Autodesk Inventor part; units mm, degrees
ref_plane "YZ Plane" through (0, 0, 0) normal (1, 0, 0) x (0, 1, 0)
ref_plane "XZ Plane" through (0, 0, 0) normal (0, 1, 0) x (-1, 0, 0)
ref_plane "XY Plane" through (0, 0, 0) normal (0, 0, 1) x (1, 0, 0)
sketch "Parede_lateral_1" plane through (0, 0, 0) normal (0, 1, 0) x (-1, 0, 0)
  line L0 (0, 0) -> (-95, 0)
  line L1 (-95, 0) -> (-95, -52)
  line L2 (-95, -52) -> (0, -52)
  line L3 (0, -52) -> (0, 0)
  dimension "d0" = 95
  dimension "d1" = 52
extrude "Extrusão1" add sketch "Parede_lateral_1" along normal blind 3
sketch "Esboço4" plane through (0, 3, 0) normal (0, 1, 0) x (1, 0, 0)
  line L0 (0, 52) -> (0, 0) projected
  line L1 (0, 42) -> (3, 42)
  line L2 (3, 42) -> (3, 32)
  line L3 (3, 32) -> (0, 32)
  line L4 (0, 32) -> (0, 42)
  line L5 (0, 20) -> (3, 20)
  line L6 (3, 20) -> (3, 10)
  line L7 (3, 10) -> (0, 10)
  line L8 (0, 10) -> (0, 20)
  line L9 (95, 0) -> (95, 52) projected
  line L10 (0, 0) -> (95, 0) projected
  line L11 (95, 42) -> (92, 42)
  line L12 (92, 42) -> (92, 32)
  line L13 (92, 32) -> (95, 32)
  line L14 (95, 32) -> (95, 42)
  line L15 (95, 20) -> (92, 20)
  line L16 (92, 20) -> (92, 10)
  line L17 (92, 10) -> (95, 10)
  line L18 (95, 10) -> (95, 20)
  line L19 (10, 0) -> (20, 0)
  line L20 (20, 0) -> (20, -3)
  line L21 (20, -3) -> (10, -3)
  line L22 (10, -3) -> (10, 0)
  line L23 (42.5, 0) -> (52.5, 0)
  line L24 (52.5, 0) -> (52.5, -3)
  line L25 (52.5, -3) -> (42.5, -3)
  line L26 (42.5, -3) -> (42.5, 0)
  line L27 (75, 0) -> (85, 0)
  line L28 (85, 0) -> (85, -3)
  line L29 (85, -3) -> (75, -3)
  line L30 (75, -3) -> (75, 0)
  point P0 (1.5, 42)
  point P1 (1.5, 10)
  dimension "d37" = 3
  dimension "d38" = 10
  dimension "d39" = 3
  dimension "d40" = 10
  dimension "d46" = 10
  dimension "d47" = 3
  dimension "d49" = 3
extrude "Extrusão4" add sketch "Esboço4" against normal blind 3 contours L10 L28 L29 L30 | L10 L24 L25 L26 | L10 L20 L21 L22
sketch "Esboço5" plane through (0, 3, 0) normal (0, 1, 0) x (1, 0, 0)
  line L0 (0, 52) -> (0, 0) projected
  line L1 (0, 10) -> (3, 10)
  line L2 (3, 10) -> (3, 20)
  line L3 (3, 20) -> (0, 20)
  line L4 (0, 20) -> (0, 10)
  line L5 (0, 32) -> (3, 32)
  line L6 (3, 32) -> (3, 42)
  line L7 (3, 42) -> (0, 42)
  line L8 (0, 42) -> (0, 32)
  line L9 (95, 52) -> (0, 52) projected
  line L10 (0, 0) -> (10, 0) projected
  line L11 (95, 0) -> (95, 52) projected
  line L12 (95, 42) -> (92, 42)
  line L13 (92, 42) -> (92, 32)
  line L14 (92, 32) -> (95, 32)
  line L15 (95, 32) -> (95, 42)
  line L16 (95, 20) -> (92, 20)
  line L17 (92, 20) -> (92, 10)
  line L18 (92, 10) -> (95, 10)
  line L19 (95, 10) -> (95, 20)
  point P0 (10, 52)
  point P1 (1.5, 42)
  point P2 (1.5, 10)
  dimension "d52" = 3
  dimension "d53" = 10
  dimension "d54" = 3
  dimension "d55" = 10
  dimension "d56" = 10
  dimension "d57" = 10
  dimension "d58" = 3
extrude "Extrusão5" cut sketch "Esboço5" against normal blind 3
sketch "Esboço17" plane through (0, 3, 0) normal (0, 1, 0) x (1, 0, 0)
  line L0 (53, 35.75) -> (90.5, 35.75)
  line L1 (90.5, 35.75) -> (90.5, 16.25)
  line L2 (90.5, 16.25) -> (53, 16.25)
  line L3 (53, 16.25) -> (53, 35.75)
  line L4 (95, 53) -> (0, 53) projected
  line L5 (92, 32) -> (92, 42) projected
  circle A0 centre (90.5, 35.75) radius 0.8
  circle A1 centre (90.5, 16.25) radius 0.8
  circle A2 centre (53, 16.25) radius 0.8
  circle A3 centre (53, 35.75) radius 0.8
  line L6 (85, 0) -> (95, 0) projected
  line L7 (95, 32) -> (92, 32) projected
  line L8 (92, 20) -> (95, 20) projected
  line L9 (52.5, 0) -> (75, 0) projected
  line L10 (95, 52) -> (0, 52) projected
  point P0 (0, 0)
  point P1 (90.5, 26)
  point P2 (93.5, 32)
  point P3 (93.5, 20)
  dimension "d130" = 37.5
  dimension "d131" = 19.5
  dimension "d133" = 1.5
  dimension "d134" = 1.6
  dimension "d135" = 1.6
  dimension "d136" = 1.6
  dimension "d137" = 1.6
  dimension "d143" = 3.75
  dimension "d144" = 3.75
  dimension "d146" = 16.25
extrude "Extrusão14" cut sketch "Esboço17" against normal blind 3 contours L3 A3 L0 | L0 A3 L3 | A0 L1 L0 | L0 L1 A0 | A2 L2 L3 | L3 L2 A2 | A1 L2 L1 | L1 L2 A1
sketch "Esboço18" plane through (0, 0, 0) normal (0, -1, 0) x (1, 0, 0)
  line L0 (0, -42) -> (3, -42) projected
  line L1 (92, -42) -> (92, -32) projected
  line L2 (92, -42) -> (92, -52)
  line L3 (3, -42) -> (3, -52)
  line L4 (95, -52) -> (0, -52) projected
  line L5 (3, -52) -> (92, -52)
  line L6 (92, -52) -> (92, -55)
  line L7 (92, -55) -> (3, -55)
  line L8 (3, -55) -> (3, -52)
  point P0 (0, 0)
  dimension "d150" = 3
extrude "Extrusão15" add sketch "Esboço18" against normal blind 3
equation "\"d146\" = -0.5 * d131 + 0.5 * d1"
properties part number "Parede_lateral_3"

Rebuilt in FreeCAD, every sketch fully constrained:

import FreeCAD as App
import Part
import Sketcher

V = App.Vector
Q = App.Units.Quantity

doc = App.newDocument("Part")
body = doc.addObject("PartDesign::Body", "Body")

# Sketch on XZ plane
sketch1 = doc.addObject("Sketcher::SketchObject", "Sketch")
body.addObject(sketch1)
sketch1.AttachmentSupport = (doc.XZ_Plane, [""])
sketch1.MapMode = "FlatFace"
sketch1.addGeometry(Part.LineSegment(V(0, -52, 0), V(0, 0, 0)), False)
sketch1.addGeometry(Part.LineSegment(V(0, 0, 0), V(95, 0, 0)), False)
sketch1.addGeometry(Part.LineSegment(V(95, 0, 0), V(95, -52, 0)), False)
sketch1.addGeometry(Part.LineSegment(V(95, -52, 0), V(0, -52, 0)), False)
sketch1.addConstraint(Sketcher.Constraint("Coincident", 0, 2, 1, 1))
sketch1.addConstraint(Sketcher.Constraint("Coincident", 1, 2, 2, 1))
sketch1.addConstraint(Sketcher.Constraint("Coincident", 2, 2, 3, 1))
sketch1.addConstraint(Sketcher.Constraint("Coincident", 3, 2, 0, 1))
sketch1.addConstraint(Sketcher.Constraint("Vertical", 0))
sketch1.addConstraint(Sketcher.Constraint("Horizontal", 1))
sketch1.addConstraint(Sketcher.Constraint("Vertical", 2))
sketch1.addConstraint(Sketcher.Constraint("Horizontal", 3))
sketch1.addConstraint(Sketcher.Constraint("Coincident", 0, 2, -1, 1))
sketch1.addConstraint(Sketcher.Constraint("DistanceX", 1, 1, 1, 2, Q("95 mm")))
sketch1.addConstraint(Sketcher.Constraint("DistanceY", 0, 1, 0, 2, Q("52 mm")))
pad1 = doc.addObject("PartDesign::Pad", "Pad")
body.addObject(pad1)
pad1.Profile = sketch1
pad1.Length = 3
pad1.Reversed = True

# Sketch on XZ plane
sketch2 = doc.addObject("Sketcher::SketchObject", "Sketch001")
body.addObject(sketch2)
sketch2.AttachmentSupport = (doc.XZ_Plane, [""])
sketch2.MapMode = "FlatFace"
sketch2.AttachmentOffset = App.Placement(V(0, 0, -3), App.Rotation())
sketch2.addGeometry(Part.LineSegment(V(85, 0, 0), V(75, 0, 0)), False)
sketch2.addGeometry(Part.LineSegment(V(75, 0, 0), V(75, 3, 0)), False)
sketch2.addGeometry(Part.LineSegment(V(75, 3, 0), V(85, 3, 0)), False)
sketch2.addGeometry(Part.LineSegment(V(85, 3, 0), V(85, 0, 0)), False)
sketch2.addGeometry(Part.LineSegment(V(52.5, 0, 0), V(42.5, 0, 0)), False)
sketch2.addGeometry(Part.LineSegment(V(42.5, 0, 0), V(42.5, 3, 0)), False)
sketch2.addGeometry(Part.LineSegment(V(42.5, 3, 0), V(52.5, 3, 0)), False)
sketch2.addGeometry(Part.LineSegment(V(52.5, 3, 0), V(52.5, 0, 0)), False)
sketch2.addGeometry(Part.LineSegment(V(20, 0, 0), V(10, 0, 0)), False)
sketch2.addGeometry(Part.LineSegment(V(10, 0, 0), V(10, 3, 0)), False)
sketch2.addGeometry(Part.LineSegment(V(10, 3, 0), V(20, 3, 0)), False)
sketch2.addGeometry(Part.LineSegment(V(20, 3, 0), V(20, 0, 0)), False)
sketch2.addConstraint(Sketcher.Constraint("Coincident", 0, 2, 1, 1))
sketch2.addConstraint(Sketcher.Constraint("Coincident", 1, 2, 2, 1))
sketch2.addConstraint(Sketcher.Constraint("Coincident", 2, 2, 3, 1))
sketch2.addConstraint(Sketcher.Constraint("Coincident", 3, 2, 0, 1))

══════════════════════════════

• **Problem requirements**:
Scan the lines above for the word "point". Return each one that has it.

• **Result for this exercise**:
  point P0 (1.5, 42)
  point P1 (1.5, 10)
  point P0 (10, 52)
  point P1 (1.5, 42)
  point P2 (1.5, 10)
  point P0 (0, 0)
  point P1 (90.5, 26)
  point P2 (93.5, 32)
  point P3 (93.5, 20)
  point P0 (0, 0)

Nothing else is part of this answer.